===== ENTRIES PROVIDED
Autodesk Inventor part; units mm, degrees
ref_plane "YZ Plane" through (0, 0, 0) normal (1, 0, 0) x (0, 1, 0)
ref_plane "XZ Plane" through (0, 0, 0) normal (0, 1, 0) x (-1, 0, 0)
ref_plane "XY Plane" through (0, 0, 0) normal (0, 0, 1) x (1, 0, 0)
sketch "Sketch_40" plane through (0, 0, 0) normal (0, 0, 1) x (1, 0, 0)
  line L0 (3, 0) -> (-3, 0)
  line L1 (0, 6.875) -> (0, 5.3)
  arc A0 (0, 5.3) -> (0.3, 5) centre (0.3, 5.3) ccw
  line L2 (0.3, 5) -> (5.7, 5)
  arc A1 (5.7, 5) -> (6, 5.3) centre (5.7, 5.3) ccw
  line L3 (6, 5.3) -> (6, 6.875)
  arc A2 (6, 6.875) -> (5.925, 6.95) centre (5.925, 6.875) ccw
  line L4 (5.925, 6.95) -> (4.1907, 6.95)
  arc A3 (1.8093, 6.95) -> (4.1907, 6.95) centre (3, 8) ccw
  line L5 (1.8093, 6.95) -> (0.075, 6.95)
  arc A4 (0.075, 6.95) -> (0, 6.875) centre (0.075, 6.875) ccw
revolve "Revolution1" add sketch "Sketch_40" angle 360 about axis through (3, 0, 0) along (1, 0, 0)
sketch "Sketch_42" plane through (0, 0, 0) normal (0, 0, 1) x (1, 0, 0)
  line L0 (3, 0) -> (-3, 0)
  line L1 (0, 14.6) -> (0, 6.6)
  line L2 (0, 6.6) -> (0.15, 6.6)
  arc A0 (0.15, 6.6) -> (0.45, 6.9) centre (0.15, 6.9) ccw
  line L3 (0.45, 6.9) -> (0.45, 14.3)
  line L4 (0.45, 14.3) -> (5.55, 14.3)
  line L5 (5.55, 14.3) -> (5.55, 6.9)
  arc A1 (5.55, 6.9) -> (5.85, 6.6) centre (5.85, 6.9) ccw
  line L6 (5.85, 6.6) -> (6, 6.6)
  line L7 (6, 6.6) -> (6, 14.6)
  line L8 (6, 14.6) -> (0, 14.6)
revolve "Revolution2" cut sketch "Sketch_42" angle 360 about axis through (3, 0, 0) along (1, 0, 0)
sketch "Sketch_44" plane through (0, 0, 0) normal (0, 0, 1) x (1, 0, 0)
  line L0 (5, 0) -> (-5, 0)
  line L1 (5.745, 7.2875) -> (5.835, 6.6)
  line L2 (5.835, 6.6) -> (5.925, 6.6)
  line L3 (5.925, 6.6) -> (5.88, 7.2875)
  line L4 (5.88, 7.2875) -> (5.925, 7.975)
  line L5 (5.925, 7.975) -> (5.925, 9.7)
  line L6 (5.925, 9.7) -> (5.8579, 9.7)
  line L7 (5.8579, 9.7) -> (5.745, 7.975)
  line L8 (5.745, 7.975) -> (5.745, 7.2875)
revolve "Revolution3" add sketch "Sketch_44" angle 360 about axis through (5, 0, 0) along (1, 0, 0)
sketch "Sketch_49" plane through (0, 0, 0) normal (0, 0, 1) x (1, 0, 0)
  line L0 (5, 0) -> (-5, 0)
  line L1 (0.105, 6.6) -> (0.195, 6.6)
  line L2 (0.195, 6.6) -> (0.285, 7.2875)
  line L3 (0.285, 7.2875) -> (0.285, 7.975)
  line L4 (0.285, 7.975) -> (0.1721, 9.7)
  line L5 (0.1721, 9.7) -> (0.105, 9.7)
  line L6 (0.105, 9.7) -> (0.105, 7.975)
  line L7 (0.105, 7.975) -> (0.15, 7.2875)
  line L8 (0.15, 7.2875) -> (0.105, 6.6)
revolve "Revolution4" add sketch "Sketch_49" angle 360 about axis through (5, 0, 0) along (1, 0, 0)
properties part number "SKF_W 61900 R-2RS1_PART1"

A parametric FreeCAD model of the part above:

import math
import FreeCAD as App
import Part
import Sketcher


def add_polygon(sketch, points):
    """Adds a closed chain of lines whose ends are joined by coincident constraints."""
    first, n = sketch.GeometryCount, len(points)
    for a, b in zip(points, points[1:] + points[:1]):
        sketch.addGeometry(Part.LineSegment(App.Vector(*a, 0), App.Vector(*b, 0)), False)
    for i in range(n):
        sketch.addConstraint(Sketcher.Constraint("Coincident", first + i, 2, first + (i + 1) % n, 1))

doc = App.newDocument("Part")
body = doc.addObject("PartDesign::Body", "Body")

# Sketch on XY plane
sketch1 = doc.addObject("Sketcher::SketchObject", "Sketch")
body.addObject(sketch1)
sketch1.AttachmentSupport = (doc.XY_Plane, [""])
sketch1.MapMode = "FlatFace"
sketch1.addGeometry(Part.ArcOfCircle(Part.Circle(App.Vector(0.07, 6.88, 0), App.Vector(0, 0, 1), 0.08), math.radians(90), math.radians(180)), False)
sketch1.addGeometry(Part.LineSegment(App.Vector(0, 6.88, 0), App.Vector(0, 5.3, 0)), False)
sketch1.addGeometry(Part.ArcOfCircle(Part.Circle(App.Vector(0.3, 5.3, 0), App.Vector(0, 0, 1), 0.3), math.radians(180), math.radians(270)), False)
sketch1.addGeometry(Part.LineSegment(App.Vector(0.3, 5, 0), App.Vector(5.7, 5, 0)), False)
sketch1.addGeometry(Part.ArcOfCircle(Part.Circle(App.Vector(5.7, 5.3, 0), App.Vector(0, 0, 1), 0.3), math.radians(-90), math.radians(0)), False)
sketch1.addGeometry(Part.LineSegment(App.Vector(6, 5.3, 0), App.Vector(6, 6.88, 0)), False)
sketch1.addGeometry(Part.ArcOfCircle(Part.Circle(App.Vector(5.92, 6.88, 0), App.Vector(0, 0, 1), 0.08), math.radians(0), math.radians(90)), False)
sketch1.addGeometry(Part.LineSegment(App.Vector(5.92, 6.95, 0), App.Vector(4.19, 6.95, 0)), False)
sketch1.addGeometry(Part.ArcOfCircle(Part.Circle(App.Vector(3, 8, 0), App.Vector(0, 0, 1), 1.59), math.radians(-139), math.radians(-41)), False)
sketch1.addGeometry(Part.LineSegment(App.Vector(1.81, 6.95, 0), App.Vector(0.07, 6.95, 0)), False)
sketch1.addConstraint(Sketcher.Constraint("Tangent", 0, 2, 1, 1))
sketch1.addConstraint(Sketcher.Constraint("Tangent", 1, 2, 2, 1))
sketch1.addConstraint(Sketcher.Constraint("Tangent", 2, 2, 3, 1))
sketch1.addConstraint(Sketcher.Constraint("Tangent", 3, 2, 4, 1))
sketch1.addConstraint(Sketcher.Constraint("Tangent", 4, 2, 5, 1))
sketch1.addConstraint(Sketcher.Constraint("Tangent", 5, 2, 6, 1))
sketch1.addConstraint(Sketcher.Constraint("Tangent", 6, 2, 7, 1))
sketch1.addConstraint(Sketcher.Constraint("Coincident", 7, 2, 8, 2))
sketch1.addConstraint(Sketcher.Constraint("Coincident", 8, 1, 9, 1))
sketch1.addConstraint(Sketcher.Constraint("Tangent", 9, 2, 0, 1))
sketch1.addConstraint(Sketcher.Constraint("Vertical", 1))
sketch1.addConstraint(Sketcher.Constraint("Horizontal", 3))
sketch1.addConstraint(Sketcher.Constraint("Vertical", 5))
sketch1.addConstraint(Sketcher.Constraint("Horizontal", 7))
sketch1.addConstraint(Sketcher.Constraint("Horizontal", 9))
sketch1.addConstraint(Sketcher.Constraint("Equal", 2, 4))
sketch1.addConstraint(Sketcher.Constraint("Equal", 0, 6))
sketch1.addConstraint(Sketcher.Constraint("PointOnObject", 0, 2, -2))
sketch1.addConstraint(Sketcher.Constraint("Horizontal", 0, 3, 6, 3))
sketch1.addConstraint(Sketcher.Constraint("Equal", 7, 9))
sketch1.addConstraint(Sketcher.Constraint("Radius", 2, 0.3))
sketch1.addConstraint(Sketcher.Constraint("DistanceX", 3, 1, 3, 2, 5.4))
sketch1.addConstraint(Sketcher.Constraint("DistanceY", -1, 1, 8, 3, 8.0))
sketch1.addConstraint(Sketcher.Constraint("DistanceY", -1, 1, 2, 2, 5.0))
sketch1.addConstraint(Sketcher.Constraint("Radius", 0, 0.075))
sketch1.addConstraint(Sketcher.Constraint("Radius", 8, 1.5875))
sketch1.addConstraint(Sketcher.Constraint("DistanceY", 1, 2, 1, 1, 1.575))
revolution = doc.addObject("PartDesign::Revolution", "Revolution")
body.addObject(revolution)
revolution.Profile = sketch1
revolution.ReferenceAxis = (sketch1, ["H_Axis"])
revolution.Angle = 360

# Sketch on XY plane
sketch2 = doc.addObject("Sketcher::SketchObject", "Sketch001")
body.addObject(sketch2)
sketch2.AttachmentSupport = (doc.XY_Plane, [""])
sketch2.MapMode = "FlatFace"
sketch2.addGeometry(Part.LineSegment(App.Vector(6, 14.6, 0), App.Vector(0, 14.6, 0)), False)
sketch2.addGeometry(Part.LineSegment(App.Vector(0, 14.6, 0), App.Vector(0, 6.6, 0)), False)
sketch2.addGeometry(Part.LineSegment(App.Vector(0, 6.6, 0), App.Vector(0.15, 6.6, 0)), False)
sketch2.addGeometry(Part.ArcOfCircle(Part.Circle(App.Vector(0.15, 6.9, 0), App.Vector(0, 0, 1), 0.3), math.radians(-90), math.radians(0)), False)
sketch2.addGeometry(Part.LineSegment(App.Vector(0.45, 6.9, 0), App.Vector(0.45, 14.3, 0)), False)
sketch2.addGeometry(Part.LineSegment(App.Vector(0.45, 14.3, 0), App.Vector(5.55, 14.3, 0)), False)
sketch2.addGeometry(Part.LineSegment(App.Vector(5.55, 14.3, 0), App.Vector(5.55, 6.9, 0)), False)
sketch2.addGeometry(Part.ArcOfCircle(Part.Circle(App.Vector(5.85, 6.9, 0), App.Vector(0, 0, 1), 0.3), math.radians(180), math.radians(270)), False)
sketch2.addGeometry(Part.LineSegment(App.Vector(5.85, 6.6, 0), App.Vector(6, 6.6, 0)), False)
sketch2.addGeometry(Part.LineSegment(App.Vector(6, 6.6, 0), App.Vector(6, 14.6, 0)), False)
sketch2.addConstraint(Sketcher.Constraint("Coincident", 0, 2, 1, 1))
sketch2.addConstraint(Sketcher.Constraint("Coincident", 1, 2, 2, 1))
sketch2.addConstraint(Sketcher.Constraint("Tangent", 2, 2, 3, 1))
sketch2.addConstraint(Sketcher.Constraint("Tangent", 3, 2, 4, 1))
sketch2.addConstraint(Sketcher.Constraint("Coincident", 4, 2, 5, 1))
sketch2.addConstraint(Sketcher.Constraint("Coincident", 5, 2, 6, 1))
sketch2.addConstraint(Sketcher.Constraint("Tangent", 6, 2, 7, 1))
sketch2.addConstraint(Sketcher.Constraint("Tangent", 7, 2, 8, 1))
sketch2.addConstraint(Sketcher.Constraint("Coincident", 8, 2, 9, 1))
sketch2.addConstraint(Sketcher.Constraint("Coincident", 9, 2, 0, 1))
sketch2.addConstraint(Sketcher.Constraint("Horizontal", 0))
sketch2.addConstraint(Sketcher.Constraint("Vertical", 1))
sketch2.addConstraint(Sketcher.Constraint("Horizontal", 2))
sketch2.addConstraint(Sketcher.Constraint("Vertical", 4))
sketch2.addConstraint(Sketcher.Constraint("Horizontal", 5))
sketch2.addConstraint(Sketcher.Constraint("Vertical", 6))
sketch2.addConstraint(Sketcher.Constraint("Horizontal", 8))
sketch2.addConstraint(Sketcher.Constraint("Vertical", 9))
sketch2.addConstraint(Sketcher.Constraint("Equal", 3, 7))
sketch2.addConstraint(Sketcher.Constraint("PointOnObject", 0, 2, -2))
sketch2.addConstraint(Sketcher.Constraint("Horizontal", 3, 3, 7, 3))
sketch2.addConstraint(Sketcher.Constraint("Equal", 2, 8))
sketch2.addConstraint(Sketcher.Constraint("Radius", 3, 0.3))
sketch2.addConstraint(Sketcher.Constraint("DistanceX", 0, 2, 0, 1, 6.0))
sketch2.addConstraint(Sketcher.Constraint("DistanceY", 1, 2, 1, 1, 8.0))
sketch2.addConstraint(Sketcher.Constraint("DistanceX", 5, 1, 5, 2, 5.1))
sketch2.addConstraint(Sketcher.Constraint("DistanceY", 4, 1, 4, 2, 7.4))
sketch2.addConstraint(Sketcher.Constraint("DistanceY", -1, 1, 3, 3, 6.9))
groove = doc.addObject("PartDesign::Groove", "Groove")
body.addObject(groove)
groove.Profile = sketch2
groove.ReferenceAxis = (sketch2, ["H_Axis"])
groove.Angle = 360

# Sketch on XY plane
sketch3 = doc.addObject("Sketcher::SketchObject", "Sketch002")
body.addObject(sketch3)
sketch3.AttachmentSupport = (doc.XY_Plane, [""])
sketch3.MapMode = "FlatFace"
add_polygon(sketch3, [(5.75, 7.97), (5.75, 7.29), (5.83, 6.6), (5.92, 6.6), (5.88, 7.29), (5.92, 7.97), (5.92, 9.7), (5.86, 9.7)])  # lines 0-7
sketch3.addConstraint(Sketcher.Constraint("Vertical", 0))
sketch3.addConstraint(Sketcher.Constraint("Horizontal", 2))
sketch3.addConstraint(Sketcher.Constraint("Vertical", 5))
sketch3.addConstraint(Sketcher.Constraint("Horizontal", 6))
sketch3.addConstraint(Sketcher.Constraint("Parallel", 4, 7))
sketch3.addConstraint(Sketcher.Constraint("Horizontal", 0, 2, 3, 2))
sketch3.addConstraint(Sketcher.Constraint("Horizontal", 4, 2, 7, 2))
sketch3.addConstraint(Sketcher.Constraint("Vertical", 2, 2, 4, 2))
sketch3.addConstraint(Sketcher.Constraint("Equal", 3, 4))
sketch3.addConstraint(Sketcher.Constraint("DistanceX", 2, 1, 2, 2, 0.09))
sketch3.addConstraint(Sketcher.Constraint("DistanceY", -1, 1, 1, 2, 6.6))
sketch3.addConstraint(Sketcher.Constraint("DistanceY", -1, 1, 5, 2, 9.7))
sketch3.addConstraint(Sketcher.Constraint("DistanceX", 6, 2, 6, 1, 0.067))
sketch3.addConstraint(Sketcher.Constraint("DistanceY", 5, 1, 5, 2, 1.725))
sketch3.addConstraint(Sketcher.Constraint("DistanceX", -1, 1, 3, 2, 5.88))
sketch3.addConstraint(Sketcher.Constraint("DistanceX", 0, 2, 1, 2, 0.09))
revolution2 = doc.addObject("PartDesign::Revolution", "Revolution001")
body.addObject(revolution2)
revolution2.Profile = sketch3
revolution2.ReferenceAxis = (sketch3, ["H_Axis"])
revolution2.Angle = 360

# Sketch on XY plane
sketch4 = doc.addObject("Sketcher::SketchObject", "Sketch003")
body.addObject(sketch4)
sketch4.AttachmentSupport = (doc.XY_Plane, [""])
sketch4.MapMode = "FlatFace"
add_polygon(sketch4, [(0.15, 7.29), (0.1, 6.6), (0.2, 6.6), (0.28, 7.29), (0.28, 7.97), (0.17, 9.7), (0.1, 9.7), (0.1, 7.97)])  # lines 0-7
sketch4.addConstraint(Sketcher.Constraint("Horizontal", 1))
sketch4.addConstraint(Sketcher.Constraint("Vertical", 3))
sketch4.addConstraint(Sketcher.Constraint("Horizontal", 5))
sketch4.addConstraint(Sketcher.Constraint("Vertical", 6))
sketch4.addConstraint(Sketcher.Constraint("Parallel", 4, 7))
sketch4.addConstraint(Sketcher.Constraint("Horizontal", 3, 2, 6, 2))
sketch4.addConstraint(Sketcher.Constraint("Horizontal", 2, 2, 7, 2))
sketch4.addConstraint(Sketcher.Constraint("Vertical", 0, 2, 5, 2))
sketch4.addConstraint(Sketcher.Constraint("Equal", 0, 7))
sketch4.addConstraint(Sketcher.Constraint("DistanceX", 1, 1, 1, 2, 0.09))
sketch4.addConstraint(Sketcher.Constraint("DistanceY", -1, 1, 0, 2, 6.6))
sketch4.addConstraint(Sketcher.Constraint("DistanceY", -1, 1, 4, 2, 9.7))
sketch4.addConstraint(Sketcher.Constraint("DistanceX", 5, 2, 5, 1, 0.067))
sketch4.addConstraint(Sketcher.Constraint("DistanceY", 6, 2, 6, 1, 1.725))
sketch4.addConstraint(Sketcher.Constraint("DistanceX", -1, 1, 7, 2, 0.15))
sketch4.addConstraint(Sketcher.Constraint("DistanceX", 1, 2, 2, 2, 0.09))
revolution3 = doc.addObject("PartDesign::Revolution", "Revolution002")
body.addObject(revolution3)
revolution3.Profile = sketch4
revolution3.ReferenceAxis = (sketch4, ["H_Axis"])
revolution3.Angle = 360

doc.recompute()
==========
EXERCISE DETAILS:
Look above for the line with "line L4 (0.45, 14.3) -> (5.55, 14.3)" and the line with "line L3 (5.925, 6.6) -> (5.88, 7.2875)", and reproduce exactly those two lines plus every line between, nothing more.

THE ANSWER:
  line L4 (0.45, 14.3) -> (5.55, 14.3)
  line L5 (5.55, 14.3) -> (5.55, 6.9)
  arc A1 (5.55, 6.9) -> (5.85, 6.6) centre (5.85, 6.9) ccw
  line L6 (5.85, 6.6) -> (6, 6.6)
  line L7 (6, 6.6) -> (6, 14.6)
  line L8 (6, 14.6) -> (0, 14.6)
revolve "Revolution2" cut sketch "Sketch_42" angle 360 about axis through (3, 0, 0) along (1, 0, 0)
sketch "Sketch_44" plane through (0, 0, 0) normal (0, 0, 1) x (1, 0, 0)
  line L0 (5, 0) -> (-5, 0)
  line L1 (5.745, 7.2875) -> (5.835, 6.6)
  line L2 (5.835, 6.6) -> (5.925, 6.6)
  line L3 (5.925, 6.6) -> (5.88, 7.2875)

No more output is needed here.